• _Task brief_: Some entries follow. Reproduce exactly the lines starting at the one with "face CYL(AX(P(11,-19.052559,33),D(0,0,1),D(1,0,0)),1.5) rev" and stopping after the one with "# FreeCAD 1.0 macro for this part".
========
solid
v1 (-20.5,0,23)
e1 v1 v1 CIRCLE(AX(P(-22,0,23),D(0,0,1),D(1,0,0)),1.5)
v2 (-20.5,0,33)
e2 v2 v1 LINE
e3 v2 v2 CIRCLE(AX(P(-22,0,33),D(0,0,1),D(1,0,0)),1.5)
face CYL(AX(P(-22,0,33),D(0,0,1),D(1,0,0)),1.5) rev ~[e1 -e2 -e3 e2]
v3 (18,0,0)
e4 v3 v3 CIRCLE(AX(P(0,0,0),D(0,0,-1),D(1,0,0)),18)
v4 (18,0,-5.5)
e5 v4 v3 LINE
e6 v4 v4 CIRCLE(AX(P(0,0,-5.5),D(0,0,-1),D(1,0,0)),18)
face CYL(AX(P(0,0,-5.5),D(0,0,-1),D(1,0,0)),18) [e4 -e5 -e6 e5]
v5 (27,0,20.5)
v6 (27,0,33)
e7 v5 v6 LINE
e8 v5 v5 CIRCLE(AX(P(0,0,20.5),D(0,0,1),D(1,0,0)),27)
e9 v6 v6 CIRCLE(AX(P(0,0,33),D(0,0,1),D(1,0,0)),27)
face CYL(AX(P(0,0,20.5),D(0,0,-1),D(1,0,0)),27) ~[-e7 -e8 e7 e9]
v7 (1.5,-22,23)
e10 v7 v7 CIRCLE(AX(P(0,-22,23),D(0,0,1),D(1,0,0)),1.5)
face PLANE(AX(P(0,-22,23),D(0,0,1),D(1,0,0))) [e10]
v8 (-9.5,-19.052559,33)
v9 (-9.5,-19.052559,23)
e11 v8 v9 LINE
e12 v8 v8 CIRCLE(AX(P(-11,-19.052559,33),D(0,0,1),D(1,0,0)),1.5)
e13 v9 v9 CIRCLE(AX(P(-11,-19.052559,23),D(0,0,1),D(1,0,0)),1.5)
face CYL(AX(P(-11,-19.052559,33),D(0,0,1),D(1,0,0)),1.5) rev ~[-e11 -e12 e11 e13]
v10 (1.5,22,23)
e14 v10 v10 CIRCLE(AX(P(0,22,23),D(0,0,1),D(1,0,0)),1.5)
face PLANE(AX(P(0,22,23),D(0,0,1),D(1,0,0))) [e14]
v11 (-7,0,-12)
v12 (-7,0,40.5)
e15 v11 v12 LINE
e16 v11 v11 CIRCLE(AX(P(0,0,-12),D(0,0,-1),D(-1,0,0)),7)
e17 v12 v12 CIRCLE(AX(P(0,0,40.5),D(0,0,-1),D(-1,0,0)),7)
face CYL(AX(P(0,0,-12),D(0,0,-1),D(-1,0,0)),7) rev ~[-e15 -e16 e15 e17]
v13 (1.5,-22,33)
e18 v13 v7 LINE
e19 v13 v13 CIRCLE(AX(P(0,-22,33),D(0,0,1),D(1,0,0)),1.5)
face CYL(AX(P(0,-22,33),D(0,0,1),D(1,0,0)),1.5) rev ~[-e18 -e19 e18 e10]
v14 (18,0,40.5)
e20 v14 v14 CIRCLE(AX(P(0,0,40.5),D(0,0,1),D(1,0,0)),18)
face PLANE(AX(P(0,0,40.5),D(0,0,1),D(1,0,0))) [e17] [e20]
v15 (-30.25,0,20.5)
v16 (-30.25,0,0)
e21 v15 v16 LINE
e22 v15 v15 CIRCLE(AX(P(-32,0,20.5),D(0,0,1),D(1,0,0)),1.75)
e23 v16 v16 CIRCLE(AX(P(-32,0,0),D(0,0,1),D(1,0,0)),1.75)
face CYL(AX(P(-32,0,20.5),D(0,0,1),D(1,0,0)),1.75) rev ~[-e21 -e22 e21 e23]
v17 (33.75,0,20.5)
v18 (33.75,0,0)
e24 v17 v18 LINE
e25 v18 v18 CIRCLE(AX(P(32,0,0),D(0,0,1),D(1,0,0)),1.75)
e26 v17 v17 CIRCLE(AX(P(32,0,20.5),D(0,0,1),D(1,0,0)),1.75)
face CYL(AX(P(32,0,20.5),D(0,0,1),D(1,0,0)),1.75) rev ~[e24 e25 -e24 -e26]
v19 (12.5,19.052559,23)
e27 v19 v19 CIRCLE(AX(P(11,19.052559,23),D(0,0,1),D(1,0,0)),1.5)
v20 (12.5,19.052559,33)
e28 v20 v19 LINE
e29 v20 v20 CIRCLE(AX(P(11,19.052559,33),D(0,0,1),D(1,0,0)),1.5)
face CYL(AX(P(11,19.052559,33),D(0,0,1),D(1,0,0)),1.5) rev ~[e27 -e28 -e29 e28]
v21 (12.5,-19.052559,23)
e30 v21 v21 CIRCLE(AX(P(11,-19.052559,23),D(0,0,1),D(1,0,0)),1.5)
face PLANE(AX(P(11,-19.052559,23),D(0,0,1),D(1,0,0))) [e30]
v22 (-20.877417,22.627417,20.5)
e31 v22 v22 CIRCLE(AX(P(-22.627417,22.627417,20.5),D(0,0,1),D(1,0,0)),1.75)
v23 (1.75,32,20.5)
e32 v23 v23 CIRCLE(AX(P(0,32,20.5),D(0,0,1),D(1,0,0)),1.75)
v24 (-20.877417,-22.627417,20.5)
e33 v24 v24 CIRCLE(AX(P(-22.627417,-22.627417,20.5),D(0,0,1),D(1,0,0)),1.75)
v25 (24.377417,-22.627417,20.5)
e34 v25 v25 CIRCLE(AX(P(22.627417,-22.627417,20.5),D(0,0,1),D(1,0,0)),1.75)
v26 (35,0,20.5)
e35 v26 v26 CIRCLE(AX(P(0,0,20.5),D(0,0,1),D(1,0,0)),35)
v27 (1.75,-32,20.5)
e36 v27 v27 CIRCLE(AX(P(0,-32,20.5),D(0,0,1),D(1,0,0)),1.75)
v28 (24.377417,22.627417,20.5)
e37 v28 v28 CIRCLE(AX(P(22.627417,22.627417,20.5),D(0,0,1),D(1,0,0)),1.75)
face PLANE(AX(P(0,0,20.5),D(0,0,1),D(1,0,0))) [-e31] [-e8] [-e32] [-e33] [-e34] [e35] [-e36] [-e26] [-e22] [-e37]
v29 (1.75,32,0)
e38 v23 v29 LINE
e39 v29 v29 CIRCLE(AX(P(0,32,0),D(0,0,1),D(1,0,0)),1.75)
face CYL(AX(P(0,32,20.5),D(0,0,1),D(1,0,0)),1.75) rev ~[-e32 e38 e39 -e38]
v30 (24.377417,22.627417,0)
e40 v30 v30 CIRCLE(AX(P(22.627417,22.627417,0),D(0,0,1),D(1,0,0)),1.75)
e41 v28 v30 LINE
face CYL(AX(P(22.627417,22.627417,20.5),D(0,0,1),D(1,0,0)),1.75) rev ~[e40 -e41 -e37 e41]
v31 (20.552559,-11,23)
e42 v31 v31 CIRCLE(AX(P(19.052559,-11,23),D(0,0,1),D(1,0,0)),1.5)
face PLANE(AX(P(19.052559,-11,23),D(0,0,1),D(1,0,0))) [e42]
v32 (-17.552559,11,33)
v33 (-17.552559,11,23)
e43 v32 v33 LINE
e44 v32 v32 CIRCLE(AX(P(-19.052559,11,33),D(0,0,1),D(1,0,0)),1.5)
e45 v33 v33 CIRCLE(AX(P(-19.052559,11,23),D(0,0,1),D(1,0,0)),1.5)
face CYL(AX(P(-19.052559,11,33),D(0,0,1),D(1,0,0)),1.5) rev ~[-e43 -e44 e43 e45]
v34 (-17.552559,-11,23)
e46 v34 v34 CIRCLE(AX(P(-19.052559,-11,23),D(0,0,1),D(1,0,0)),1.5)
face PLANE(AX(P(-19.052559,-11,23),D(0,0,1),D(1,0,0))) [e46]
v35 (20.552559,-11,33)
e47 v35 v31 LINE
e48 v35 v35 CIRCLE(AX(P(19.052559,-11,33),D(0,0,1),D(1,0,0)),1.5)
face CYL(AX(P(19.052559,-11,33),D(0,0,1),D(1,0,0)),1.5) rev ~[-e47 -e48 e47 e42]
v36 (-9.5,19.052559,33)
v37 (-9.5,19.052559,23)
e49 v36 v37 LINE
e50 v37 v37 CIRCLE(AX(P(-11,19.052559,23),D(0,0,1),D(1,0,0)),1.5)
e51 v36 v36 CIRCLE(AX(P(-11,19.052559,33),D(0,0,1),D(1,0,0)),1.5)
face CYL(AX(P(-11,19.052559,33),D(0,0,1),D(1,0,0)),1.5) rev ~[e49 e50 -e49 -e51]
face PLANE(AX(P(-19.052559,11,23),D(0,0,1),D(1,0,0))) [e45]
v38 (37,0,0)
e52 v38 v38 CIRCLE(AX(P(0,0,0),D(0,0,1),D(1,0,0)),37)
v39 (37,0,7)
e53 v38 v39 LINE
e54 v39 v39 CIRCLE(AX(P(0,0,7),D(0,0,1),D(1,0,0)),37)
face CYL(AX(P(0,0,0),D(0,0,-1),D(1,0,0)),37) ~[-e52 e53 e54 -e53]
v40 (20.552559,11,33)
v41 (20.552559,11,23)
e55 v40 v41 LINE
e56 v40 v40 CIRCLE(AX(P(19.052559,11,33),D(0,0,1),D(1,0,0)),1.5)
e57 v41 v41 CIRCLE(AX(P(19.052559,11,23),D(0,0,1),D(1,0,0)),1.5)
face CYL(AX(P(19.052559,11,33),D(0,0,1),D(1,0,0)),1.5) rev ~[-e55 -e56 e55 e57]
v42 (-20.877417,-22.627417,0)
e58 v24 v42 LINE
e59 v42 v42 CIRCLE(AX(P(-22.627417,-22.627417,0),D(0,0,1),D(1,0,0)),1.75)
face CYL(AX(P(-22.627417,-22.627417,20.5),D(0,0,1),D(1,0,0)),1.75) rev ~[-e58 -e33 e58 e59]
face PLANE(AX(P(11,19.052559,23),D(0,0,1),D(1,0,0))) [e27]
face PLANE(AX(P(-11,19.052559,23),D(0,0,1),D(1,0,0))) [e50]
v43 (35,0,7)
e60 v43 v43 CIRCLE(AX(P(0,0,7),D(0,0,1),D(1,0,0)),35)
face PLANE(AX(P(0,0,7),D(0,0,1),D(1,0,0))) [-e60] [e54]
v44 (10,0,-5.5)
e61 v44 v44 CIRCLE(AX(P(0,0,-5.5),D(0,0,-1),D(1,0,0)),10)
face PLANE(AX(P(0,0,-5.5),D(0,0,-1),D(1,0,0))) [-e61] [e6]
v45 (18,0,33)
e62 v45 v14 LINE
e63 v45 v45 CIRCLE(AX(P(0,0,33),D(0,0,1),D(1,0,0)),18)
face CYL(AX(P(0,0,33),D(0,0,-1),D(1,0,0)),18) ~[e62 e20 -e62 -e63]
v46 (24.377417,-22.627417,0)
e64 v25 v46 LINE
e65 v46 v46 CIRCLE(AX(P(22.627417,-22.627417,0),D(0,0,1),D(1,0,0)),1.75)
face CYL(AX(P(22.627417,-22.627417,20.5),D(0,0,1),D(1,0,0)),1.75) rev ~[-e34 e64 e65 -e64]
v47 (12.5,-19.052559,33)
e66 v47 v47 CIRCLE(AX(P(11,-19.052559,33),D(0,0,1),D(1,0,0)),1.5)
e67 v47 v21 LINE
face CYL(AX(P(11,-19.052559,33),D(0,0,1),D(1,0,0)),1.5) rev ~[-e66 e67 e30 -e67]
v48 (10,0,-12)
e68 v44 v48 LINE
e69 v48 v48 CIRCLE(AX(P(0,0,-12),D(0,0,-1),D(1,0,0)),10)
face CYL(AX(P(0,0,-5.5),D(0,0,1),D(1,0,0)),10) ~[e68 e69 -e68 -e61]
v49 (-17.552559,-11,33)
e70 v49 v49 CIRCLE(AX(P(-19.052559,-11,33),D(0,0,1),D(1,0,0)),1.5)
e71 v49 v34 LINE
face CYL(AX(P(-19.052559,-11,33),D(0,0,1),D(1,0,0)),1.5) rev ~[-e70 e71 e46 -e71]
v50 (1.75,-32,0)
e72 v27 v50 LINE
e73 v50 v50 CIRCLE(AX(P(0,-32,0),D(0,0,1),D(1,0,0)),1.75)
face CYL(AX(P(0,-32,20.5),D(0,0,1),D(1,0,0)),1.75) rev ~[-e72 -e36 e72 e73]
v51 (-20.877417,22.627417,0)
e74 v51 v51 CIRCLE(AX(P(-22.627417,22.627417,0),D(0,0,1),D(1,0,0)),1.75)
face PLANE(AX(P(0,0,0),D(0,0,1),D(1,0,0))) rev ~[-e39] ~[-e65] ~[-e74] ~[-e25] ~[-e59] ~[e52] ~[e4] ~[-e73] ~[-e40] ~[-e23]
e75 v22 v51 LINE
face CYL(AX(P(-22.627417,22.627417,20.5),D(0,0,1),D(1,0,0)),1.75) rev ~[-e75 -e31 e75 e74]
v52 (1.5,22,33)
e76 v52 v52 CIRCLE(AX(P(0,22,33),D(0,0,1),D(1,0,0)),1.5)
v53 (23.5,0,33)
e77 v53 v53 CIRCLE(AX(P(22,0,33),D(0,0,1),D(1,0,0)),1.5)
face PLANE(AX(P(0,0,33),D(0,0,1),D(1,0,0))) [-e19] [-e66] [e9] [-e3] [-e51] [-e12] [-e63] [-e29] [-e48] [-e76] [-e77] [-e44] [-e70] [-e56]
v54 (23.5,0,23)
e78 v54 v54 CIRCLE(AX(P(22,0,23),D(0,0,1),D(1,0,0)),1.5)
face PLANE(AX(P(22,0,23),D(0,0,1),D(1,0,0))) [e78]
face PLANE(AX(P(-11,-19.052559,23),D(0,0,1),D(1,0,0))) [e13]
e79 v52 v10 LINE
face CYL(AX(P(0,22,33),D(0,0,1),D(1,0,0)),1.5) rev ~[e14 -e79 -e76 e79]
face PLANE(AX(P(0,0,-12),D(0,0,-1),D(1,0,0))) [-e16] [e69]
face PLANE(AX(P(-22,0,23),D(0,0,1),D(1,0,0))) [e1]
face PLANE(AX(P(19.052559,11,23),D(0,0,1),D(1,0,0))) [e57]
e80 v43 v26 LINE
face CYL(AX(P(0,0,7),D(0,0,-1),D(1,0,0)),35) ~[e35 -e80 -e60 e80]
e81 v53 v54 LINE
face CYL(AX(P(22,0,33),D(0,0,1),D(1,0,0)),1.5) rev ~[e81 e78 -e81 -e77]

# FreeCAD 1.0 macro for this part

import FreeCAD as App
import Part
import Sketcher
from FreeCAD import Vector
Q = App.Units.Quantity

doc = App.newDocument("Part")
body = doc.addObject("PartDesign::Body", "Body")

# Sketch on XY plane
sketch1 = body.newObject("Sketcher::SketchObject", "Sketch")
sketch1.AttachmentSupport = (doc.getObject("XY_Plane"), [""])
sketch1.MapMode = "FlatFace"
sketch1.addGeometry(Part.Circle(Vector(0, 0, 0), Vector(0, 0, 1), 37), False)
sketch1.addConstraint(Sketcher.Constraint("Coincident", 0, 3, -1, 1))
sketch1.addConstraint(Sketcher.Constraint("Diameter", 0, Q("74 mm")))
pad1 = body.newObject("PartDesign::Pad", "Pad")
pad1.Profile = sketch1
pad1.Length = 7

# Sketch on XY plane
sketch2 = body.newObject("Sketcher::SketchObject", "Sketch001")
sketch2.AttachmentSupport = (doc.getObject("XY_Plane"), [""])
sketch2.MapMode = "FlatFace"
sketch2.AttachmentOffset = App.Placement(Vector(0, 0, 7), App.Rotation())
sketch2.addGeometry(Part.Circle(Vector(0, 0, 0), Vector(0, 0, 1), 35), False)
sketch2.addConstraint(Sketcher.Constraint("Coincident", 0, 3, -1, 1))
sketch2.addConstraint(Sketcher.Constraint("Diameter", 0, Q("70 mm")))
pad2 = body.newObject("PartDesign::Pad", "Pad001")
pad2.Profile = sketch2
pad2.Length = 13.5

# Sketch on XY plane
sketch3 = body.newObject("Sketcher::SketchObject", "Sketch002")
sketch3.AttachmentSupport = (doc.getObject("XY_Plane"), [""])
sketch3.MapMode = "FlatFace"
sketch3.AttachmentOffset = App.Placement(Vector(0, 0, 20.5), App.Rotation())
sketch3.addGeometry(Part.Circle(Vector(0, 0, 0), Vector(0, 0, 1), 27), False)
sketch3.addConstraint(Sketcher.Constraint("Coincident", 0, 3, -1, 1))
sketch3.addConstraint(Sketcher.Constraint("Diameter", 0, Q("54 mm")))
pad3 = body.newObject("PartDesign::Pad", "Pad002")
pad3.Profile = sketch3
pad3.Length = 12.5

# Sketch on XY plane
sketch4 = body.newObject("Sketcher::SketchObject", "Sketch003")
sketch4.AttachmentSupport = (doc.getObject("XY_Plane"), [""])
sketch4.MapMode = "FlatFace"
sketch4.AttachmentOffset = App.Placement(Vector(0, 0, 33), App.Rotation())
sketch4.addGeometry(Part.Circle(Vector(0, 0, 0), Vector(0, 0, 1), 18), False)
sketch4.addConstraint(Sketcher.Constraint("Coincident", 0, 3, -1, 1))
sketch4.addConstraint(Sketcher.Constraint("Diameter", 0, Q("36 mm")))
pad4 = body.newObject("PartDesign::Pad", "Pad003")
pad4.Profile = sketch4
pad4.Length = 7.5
========
• _Your solution_:
face CYL(AX(P(11,-19.052559,33),D(0,0,1),D(1,0,0)),1.5) rev ~[-e66 e67 e30 -e67]
v48 (10,0,-12)
e68 v44 v48 LINE
e69 v48 v48 CIRCLE(AX(P(0,0,-12),D(0,0,-1),D(1,0,0)),10)
face CYL(AX(P(0,0,-5.5),D(0,0,1),D(1,0,0)),10) ~[e68 e69 -e68 -e61]
v49 (-17.552559,-11,33)
e70 v49 v49 CIRCLE(AX(P(-19.052559,-11,33),D(0,0,1),D(1,0,0)),1.5)
e71 v49 v34 LINE
face CYL(AX(P(-19.052559,-11,33),D(0,0,1),D(1,0,0)),1.5) rev ~[-e70 e71 e46 -e71]
v50 (1.75,-32,0)
e72 v27 v50 LINE
e73 v50 v50 CIRCLE(AX(P(0,-32,0),D(0,0,1),D(1,0,0)),1.75)
face CYL(AX(P(0,-32,20.5),D(0,0,1),D(1,0,0)),1.75) rev ~[-e72 -e36 e72 e73]
v51 (-20.877417,22.627417,0)
e74 v51 v51 CIRCLE(AX(P(-22.627417,22.627417,0),D(0,0,1),D(1,0,0)),1.75)
face PLANE(AX(P(0,0,0),D(0,0,1),D(1,0,0))) rev ~[-e39] ~[-e65] ~[-e74] ~[-e25] ~[-e59] ~[e52] ~[e4] ~[-e73] ~[-e40] ~[-e23]
e75 v22 v51 LINE
face CYL(AX(P(-22.627417,22.627417,20.5),D(0,0,1),D(1,0,0)),1.75) rev ~[-e75 -e31 e75 e74]
v52 (1.5,22,33)
e76 v52 v52 CIRCLE(AX(P(0,22,33),D(0,0,1),D(1,0,0)),1.5)
v53 (23.5,0,33)
e77 v53 v53 CIRCLE(AX(P(22,0,33),D(0,0,1),D(1,0,0)),1.5)
face PLANE(AX(P(0,0,33),D(0,0,1),D(1,0,0))) [-e19] [-e66] [e9] [-e3] [-e51] [-e12] [-e63] [-e29] [-e48] [-e76] [-e77] [-e44] [-e70] [-e56]
v54 (23.5,0,23)
e78 v54 v54 CIRCLE(AX(P(22,0,23),D(0,0,1),D(1,0,0)),1.5)
face PLANE(AX(P(22,0,23),D(0,0,1),D(1,0,0))) [e78]
face PLANE(AX(P(-11,-19.052559,23),D(0,0,1),D(1,0,0))) [e13]
e79 v52 v10 LINE
face CYL(AX(P(0,22,33),D(0,0,1),D(1,0,0)),1.5) rev ~[e14 -e79 -e76 e79]
face PLANE(AX(P(0,0,-12),D(0,0,-1),D(1,0,0))) [-e16] [e69]
face PLANE(AX(P(-22,0,23),D(0,0,1),D(1,0,0))) [e1]
face PLANE(AX(P(19.052559,11,23),D(0,0,1),D(1,0,0))) [e57]
e80 v43 v26 LINE
face CYL(AX(P(0,0,7),D(0,0,-1),D(1,0,0)),35) ~[e35 -e80 -e60 e80]
e81 v53 v54 LINE
face CYL(AX(P(22,0,33),D(0,0,1),D(1,0,0)),1.5) rev ~[e81 e78 -e81 -e77]

# FreeCAD 1.0 macro for this part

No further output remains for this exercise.